# Como si leyera un texto escrito



## LitaSt

Guten Abend!

Ich muss den folgenden Satz auf Deutsch übersetzen: "El autor habla con soltura, como si leyera un texto escrito".

--> "Der Autor spricht flüssig, als er einen schriftlichen Text lesen würde". Ist das korrekt?

Danke


----------



## Tonerl

*hablar con soltura:*
flüssig sprechen

Der Autor spricht flüssig, *als ob er einen geschriebenen Text lesen würde*.

Cari saluti


----------



## Tr05

Hallo! Ich würde eher "...als _ob_ er einen schriftlichen Text lesen würde/läse" sagen.
Lass uns auf die Antwort eines Muttersprachlers warten 

*Edit* Ups, ich hatte die Antwort von Tonerl nicht gesehen!


----------



## Tonerl

Abgesehen davon, dass ich ein *"Muttersprachler" !!! *bin, kann man durchaus auch einen "geschriebenen Text lesen, 
denn z.B.: 
Nichts erscheint natürlicher, als ein gut geschriebener Text.

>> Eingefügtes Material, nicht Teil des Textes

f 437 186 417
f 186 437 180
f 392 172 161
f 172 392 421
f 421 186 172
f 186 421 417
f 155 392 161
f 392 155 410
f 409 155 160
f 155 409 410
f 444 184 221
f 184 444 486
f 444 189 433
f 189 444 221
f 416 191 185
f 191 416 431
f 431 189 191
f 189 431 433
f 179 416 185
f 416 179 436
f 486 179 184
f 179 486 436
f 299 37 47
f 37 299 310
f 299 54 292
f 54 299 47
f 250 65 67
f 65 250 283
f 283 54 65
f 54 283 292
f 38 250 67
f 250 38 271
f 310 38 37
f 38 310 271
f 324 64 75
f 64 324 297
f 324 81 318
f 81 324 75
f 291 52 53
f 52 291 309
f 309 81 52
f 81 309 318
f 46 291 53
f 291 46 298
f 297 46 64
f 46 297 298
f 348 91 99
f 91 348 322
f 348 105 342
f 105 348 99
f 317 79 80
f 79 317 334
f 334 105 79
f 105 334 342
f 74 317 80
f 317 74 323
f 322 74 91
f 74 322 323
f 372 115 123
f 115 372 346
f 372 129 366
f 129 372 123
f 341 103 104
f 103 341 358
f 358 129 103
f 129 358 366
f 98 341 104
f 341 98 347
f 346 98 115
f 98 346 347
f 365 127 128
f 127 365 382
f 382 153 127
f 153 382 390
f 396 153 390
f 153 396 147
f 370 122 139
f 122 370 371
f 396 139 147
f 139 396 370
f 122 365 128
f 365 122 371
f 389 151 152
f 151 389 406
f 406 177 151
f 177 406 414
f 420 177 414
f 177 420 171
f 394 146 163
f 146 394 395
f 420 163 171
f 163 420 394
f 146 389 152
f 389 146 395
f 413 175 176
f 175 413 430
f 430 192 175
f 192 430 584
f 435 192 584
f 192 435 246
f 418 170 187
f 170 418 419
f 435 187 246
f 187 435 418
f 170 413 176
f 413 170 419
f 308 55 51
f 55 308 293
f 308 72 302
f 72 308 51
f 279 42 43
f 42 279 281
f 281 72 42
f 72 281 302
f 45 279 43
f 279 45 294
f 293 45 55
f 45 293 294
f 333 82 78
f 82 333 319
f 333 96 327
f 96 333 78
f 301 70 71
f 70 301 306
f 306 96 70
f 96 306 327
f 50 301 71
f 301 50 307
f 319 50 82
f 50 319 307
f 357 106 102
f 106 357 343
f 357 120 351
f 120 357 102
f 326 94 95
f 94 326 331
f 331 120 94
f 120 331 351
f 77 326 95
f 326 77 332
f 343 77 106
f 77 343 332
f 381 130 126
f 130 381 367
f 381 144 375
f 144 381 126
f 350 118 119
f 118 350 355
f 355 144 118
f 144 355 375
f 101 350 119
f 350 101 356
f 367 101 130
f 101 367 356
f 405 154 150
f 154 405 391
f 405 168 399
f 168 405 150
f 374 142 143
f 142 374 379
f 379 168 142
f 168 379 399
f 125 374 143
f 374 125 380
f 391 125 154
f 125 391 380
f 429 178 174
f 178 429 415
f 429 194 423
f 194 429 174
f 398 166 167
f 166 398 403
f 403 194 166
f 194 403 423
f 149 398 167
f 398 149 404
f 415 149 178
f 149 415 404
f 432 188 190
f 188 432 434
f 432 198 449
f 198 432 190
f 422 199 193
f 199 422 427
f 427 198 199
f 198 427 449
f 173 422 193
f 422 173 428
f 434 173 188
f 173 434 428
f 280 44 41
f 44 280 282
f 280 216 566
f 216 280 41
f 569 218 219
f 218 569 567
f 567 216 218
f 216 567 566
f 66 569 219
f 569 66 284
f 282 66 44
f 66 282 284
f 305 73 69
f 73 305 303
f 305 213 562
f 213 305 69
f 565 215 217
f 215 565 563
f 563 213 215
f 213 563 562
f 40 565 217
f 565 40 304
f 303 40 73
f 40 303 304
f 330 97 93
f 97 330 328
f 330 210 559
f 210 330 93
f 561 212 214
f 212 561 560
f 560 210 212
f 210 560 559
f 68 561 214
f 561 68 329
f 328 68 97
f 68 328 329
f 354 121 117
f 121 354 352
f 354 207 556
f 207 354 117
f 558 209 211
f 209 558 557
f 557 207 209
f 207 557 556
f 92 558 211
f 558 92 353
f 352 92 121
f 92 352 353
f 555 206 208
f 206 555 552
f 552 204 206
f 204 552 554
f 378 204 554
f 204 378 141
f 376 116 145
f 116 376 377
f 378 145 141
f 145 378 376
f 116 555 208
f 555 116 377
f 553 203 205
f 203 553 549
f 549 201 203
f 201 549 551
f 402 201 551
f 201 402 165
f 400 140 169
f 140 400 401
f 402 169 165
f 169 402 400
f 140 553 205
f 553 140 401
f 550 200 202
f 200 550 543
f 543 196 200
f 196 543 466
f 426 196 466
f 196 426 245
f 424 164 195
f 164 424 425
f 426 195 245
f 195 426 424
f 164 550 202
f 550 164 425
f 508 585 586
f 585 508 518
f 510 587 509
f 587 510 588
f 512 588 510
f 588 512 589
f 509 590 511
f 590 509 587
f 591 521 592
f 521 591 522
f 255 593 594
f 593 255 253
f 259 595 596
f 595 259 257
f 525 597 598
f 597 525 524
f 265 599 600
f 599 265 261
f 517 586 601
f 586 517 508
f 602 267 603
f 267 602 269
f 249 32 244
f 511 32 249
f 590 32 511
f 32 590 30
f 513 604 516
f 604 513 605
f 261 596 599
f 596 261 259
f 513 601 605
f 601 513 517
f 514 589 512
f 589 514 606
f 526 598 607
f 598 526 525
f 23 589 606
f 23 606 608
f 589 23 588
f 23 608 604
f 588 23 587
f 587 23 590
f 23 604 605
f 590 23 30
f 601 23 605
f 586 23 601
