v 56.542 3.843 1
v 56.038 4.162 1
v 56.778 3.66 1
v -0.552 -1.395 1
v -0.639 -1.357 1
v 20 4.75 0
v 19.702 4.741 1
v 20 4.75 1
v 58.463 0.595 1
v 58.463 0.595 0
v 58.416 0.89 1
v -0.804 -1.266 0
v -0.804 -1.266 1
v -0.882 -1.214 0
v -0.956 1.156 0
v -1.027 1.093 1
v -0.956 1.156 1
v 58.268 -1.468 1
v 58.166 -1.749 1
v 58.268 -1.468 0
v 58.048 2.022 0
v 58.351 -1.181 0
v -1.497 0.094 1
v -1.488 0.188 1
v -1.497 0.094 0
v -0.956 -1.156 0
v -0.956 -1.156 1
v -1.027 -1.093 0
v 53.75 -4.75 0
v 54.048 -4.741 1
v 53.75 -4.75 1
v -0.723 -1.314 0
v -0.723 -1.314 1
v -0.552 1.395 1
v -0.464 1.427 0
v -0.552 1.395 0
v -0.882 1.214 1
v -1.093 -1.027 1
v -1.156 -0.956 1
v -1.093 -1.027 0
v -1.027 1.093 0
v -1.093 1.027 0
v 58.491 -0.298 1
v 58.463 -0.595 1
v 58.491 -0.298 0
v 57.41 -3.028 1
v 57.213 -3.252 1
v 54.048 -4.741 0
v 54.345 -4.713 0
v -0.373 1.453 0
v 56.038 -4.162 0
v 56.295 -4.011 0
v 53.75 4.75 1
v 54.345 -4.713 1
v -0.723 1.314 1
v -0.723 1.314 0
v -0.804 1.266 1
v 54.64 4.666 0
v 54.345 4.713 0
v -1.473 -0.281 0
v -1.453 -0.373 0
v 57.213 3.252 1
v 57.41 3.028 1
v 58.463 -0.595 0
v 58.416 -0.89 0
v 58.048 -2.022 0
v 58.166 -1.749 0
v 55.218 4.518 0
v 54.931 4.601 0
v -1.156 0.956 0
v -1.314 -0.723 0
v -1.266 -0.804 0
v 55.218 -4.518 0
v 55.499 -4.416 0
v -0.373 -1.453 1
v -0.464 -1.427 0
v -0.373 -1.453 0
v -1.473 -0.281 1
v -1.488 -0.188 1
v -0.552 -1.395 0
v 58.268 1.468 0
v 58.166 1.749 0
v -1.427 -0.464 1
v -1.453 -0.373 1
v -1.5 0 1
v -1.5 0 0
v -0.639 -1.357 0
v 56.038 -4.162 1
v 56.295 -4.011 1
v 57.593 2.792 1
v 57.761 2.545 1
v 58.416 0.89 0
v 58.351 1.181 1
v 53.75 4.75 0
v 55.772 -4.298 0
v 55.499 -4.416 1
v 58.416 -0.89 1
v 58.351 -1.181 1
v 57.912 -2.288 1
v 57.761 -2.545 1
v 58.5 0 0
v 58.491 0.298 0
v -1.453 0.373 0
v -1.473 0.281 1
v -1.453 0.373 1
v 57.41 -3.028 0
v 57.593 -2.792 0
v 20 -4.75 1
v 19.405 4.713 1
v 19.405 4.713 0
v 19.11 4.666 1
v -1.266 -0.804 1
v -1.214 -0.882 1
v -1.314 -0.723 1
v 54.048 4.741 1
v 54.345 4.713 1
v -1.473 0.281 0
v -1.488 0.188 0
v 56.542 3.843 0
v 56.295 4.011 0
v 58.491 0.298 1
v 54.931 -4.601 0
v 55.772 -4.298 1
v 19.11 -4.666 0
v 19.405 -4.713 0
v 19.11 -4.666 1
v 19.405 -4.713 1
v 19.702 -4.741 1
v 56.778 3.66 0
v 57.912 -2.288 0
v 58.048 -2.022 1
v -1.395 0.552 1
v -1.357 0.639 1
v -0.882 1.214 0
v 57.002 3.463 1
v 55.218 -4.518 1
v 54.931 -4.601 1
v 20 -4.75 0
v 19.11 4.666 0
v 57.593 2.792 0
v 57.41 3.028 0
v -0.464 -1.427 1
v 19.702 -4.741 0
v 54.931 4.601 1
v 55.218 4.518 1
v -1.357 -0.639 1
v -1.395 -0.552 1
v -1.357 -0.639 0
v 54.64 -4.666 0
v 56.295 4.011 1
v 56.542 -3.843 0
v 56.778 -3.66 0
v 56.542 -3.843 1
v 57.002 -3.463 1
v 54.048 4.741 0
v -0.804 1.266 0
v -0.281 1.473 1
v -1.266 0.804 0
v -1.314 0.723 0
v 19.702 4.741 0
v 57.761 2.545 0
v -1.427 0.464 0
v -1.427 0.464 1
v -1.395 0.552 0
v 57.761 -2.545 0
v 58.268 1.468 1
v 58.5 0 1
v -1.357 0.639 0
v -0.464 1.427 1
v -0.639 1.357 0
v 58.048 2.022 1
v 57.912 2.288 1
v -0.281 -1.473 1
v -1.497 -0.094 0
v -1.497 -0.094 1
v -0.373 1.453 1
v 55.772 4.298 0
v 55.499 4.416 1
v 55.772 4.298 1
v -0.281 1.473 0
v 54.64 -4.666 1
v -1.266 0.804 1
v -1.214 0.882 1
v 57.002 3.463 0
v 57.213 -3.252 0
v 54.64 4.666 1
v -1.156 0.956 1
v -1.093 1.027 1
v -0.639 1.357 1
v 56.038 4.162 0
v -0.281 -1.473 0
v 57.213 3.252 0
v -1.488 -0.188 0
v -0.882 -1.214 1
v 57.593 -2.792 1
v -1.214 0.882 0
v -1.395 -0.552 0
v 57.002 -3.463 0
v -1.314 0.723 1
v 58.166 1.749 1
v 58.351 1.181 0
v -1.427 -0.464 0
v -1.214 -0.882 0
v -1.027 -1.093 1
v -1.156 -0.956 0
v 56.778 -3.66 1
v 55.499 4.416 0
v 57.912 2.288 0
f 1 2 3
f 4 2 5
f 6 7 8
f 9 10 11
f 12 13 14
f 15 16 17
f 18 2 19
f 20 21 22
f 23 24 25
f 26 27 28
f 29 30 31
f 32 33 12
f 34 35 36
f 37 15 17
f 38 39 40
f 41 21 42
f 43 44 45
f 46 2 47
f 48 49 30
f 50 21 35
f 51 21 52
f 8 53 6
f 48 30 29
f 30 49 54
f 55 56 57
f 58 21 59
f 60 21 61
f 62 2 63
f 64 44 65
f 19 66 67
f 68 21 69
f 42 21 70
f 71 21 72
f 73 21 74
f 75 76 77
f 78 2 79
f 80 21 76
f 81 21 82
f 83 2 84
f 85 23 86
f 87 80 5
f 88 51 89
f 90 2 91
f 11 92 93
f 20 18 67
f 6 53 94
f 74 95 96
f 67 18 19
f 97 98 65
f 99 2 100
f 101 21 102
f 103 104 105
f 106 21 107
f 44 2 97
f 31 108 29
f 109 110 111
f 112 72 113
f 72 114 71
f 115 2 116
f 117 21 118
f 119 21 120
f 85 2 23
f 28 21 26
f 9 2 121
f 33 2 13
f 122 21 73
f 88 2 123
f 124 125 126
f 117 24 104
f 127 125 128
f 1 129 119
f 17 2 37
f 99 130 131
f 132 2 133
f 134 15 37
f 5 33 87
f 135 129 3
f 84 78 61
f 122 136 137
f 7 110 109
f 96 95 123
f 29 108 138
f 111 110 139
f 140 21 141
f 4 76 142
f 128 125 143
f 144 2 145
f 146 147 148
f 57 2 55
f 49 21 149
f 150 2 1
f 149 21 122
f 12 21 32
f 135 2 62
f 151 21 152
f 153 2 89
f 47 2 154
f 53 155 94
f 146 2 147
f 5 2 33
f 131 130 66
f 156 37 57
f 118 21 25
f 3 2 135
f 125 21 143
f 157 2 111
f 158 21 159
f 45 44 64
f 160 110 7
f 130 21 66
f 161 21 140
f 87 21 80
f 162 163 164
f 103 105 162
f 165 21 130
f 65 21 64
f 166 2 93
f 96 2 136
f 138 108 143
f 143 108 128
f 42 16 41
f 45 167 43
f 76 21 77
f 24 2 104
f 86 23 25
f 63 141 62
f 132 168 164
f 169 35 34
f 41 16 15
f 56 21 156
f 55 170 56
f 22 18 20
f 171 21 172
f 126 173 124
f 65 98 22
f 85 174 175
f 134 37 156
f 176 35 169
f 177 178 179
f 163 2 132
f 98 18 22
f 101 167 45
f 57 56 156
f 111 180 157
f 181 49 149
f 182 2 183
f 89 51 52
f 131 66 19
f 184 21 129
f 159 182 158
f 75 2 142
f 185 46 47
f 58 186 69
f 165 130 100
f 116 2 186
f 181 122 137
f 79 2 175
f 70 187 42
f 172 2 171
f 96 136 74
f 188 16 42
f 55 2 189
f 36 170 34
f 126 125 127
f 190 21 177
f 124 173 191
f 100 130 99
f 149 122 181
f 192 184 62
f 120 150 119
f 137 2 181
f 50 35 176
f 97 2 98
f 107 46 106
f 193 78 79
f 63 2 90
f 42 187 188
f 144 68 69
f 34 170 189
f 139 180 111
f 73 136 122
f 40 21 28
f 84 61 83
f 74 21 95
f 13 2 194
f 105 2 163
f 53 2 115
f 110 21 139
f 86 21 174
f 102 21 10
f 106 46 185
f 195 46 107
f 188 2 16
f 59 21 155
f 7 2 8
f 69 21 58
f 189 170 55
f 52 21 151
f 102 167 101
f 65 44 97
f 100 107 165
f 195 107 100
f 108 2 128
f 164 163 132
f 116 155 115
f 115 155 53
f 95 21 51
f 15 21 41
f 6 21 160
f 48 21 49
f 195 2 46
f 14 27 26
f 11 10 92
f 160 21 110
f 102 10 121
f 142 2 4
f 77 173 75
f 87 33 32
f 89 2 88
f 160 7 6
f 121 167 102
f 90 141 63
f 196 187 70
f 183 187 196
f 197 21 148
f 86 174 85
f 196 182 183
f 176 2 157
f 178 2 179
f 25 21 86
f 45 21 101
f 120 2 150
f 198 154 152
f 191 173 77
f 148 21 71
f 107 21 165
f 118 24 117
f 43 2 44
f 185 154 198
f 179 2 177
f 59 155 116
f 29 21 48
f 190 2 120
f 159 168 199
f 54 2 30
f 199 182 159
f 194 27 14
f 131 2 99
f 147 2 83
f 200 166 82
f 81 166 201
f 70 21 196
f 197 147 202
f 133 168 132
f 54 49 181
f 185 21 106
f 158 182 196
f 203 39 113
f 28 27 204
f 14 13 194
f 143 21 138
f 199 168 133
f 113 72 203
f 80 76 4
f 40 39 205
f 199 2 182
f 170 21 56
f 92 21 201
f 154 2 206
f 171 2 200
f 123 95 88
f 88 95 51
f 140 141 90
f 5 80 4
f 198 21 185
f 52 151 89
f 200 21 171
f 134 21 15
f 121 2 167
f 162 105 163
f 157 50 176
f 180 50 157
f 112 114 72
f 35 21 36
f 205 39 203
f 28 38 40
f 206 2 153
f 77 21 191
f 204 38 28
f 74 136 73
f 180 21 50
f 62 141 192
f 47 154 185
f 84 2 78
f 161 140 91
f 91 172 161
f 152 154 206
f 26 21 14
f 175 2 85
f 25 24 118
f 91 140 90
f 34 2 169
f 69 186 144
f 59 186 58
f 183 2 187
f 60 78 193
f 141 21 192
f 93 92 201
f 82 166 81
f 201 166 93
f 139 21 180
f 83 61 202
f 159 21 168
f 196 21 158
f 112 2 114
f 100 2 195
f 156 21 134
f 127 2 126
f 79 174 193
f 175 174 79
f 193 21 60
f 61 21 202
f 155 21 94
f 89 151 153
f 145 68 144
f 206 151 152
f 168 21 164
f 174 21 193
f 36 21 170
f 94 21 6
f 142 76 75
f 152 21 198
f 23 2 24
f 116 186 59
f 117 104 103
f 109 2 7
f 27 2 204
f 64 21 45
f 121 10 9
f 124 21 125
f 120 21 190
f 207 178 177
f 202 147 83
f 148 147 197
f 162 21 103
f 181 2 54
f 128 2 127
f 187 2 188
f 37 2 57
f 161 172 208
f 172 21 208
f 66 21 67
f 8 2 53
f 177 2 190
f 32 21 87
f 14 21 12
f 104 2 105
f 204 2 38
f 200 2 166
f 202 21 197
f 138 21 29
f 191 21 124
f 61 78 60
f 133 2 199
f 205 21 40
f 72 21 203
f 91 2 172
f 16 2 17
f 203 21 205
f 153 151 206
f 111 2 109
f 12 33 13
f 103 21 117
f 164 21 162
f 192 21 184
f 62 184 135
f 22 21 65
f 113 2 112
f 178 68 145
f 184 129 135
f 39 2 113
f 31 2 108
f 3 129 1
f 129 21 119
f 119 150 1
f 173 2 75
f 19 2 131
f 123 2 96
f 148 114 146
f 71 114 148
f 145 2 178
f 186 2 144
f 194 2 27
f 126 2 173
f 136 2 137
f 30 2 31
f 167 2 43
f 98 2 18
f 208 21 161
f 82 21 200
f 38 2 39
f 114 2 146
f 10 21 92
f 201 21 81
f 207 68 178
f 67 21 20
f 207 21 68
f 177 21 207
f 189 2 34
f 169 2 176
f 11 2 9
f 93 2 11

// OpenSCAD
// length is the main customizable thing
length = 60;

// you can also customize these
thickness = 1;
width = 9.5;

// and these if you'd like
tip_r = 1.5;
taper_len = 20;

$fn=100;

hull() {
    cylinder(h=thickness, r=tip_r);
    translate([taper_len, 0, 0])
    cylinder(h=thickness, r=width / 2);
    translate([length - tip_r - width / 2, 0, 0])
    cylinder(h=thickness, r=width / 2);
}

Webtext, auch Internettext oder Online-Text genannt, *ist speziell für den Einsatz in Webseiten geschriebener Text !*


----------



## bwprius

Alternativen:

Der Autor spricht flüssig, *so* als ob er einen geschriebenen Text lesen würde.

Der Autor spricht flüssig, als *wenn* er einen geschriebenen Text lesen würde.

Der Autor spricht *so* flüssig, als ob er einen geschriebenen Text lesen würde.

Ganz anders: 

Der Autor spricht derart flüssig, dass man den Eindruck hat, er würde einen geschriebenen Text lesen.


----------



## anahiseri

Ich finde, "spricht *fließend"* klingt besser.


----------



## anahiseri

Übrigens, die Aussage ist eigenartig. Ich würde sagen, im Allgemeinen spricht man fließender, wenn man *nicht *abliest . . . .


----------



## Tonerl

Wenn ich einen Vortrag halte, oder einen Text *vorlese* ohne zu stottern, dann spreche ich *"flüssig" !*

Wenn ich eine Sprache sehr gut beherrsche, dann spreche ich sie *„fließend“ !*


----------



## anahiseri

Tonerl said:


> Wenn ich einen Vortrag halte, oder einen Text *vorlese* ohne zu stottern, dann spreche ich *"flüssig" !*
> 
> Wenn ich eine Sprache sehr gut beherrsche, dann spreche ich sie *„fließend“ !*


Ich bin mir nicht sicher, Tonerl.
DUDEN: flüssig

die Eigenschaft besitzend, fließen zu können; ohne feste Form; weder fest noch gasförmig
ohne Stocken; fließend, zügig
(von Geld, Kapital o. Ä.) verfügbar
DUDEN: fließend

ohne Stocken [vor sich gehend], geläufig
nicht klar markiert und daher nicht genau lokalisierbar, definierbar
sanft geschwungen [verlaufend]


----------



## anahiseri

übrigens:
Google-hits: "er spricht fließend"" 21.700
"er spricht flüssig" 641
Das ist kein Beweis, aber immerhin ein Ausgangspunkt.


----------



## Tonerl

anahiseri said:


> Ich bin mir nicht sicher, Tonerl.



Hallo anahiseri !

*Wer kann sich - welche Sprache/Ausdrücke das auch immer betrifft - schon sicher sein !?* 

Und über Google ? 
*Más vale callar que mal hablar. 

*


----------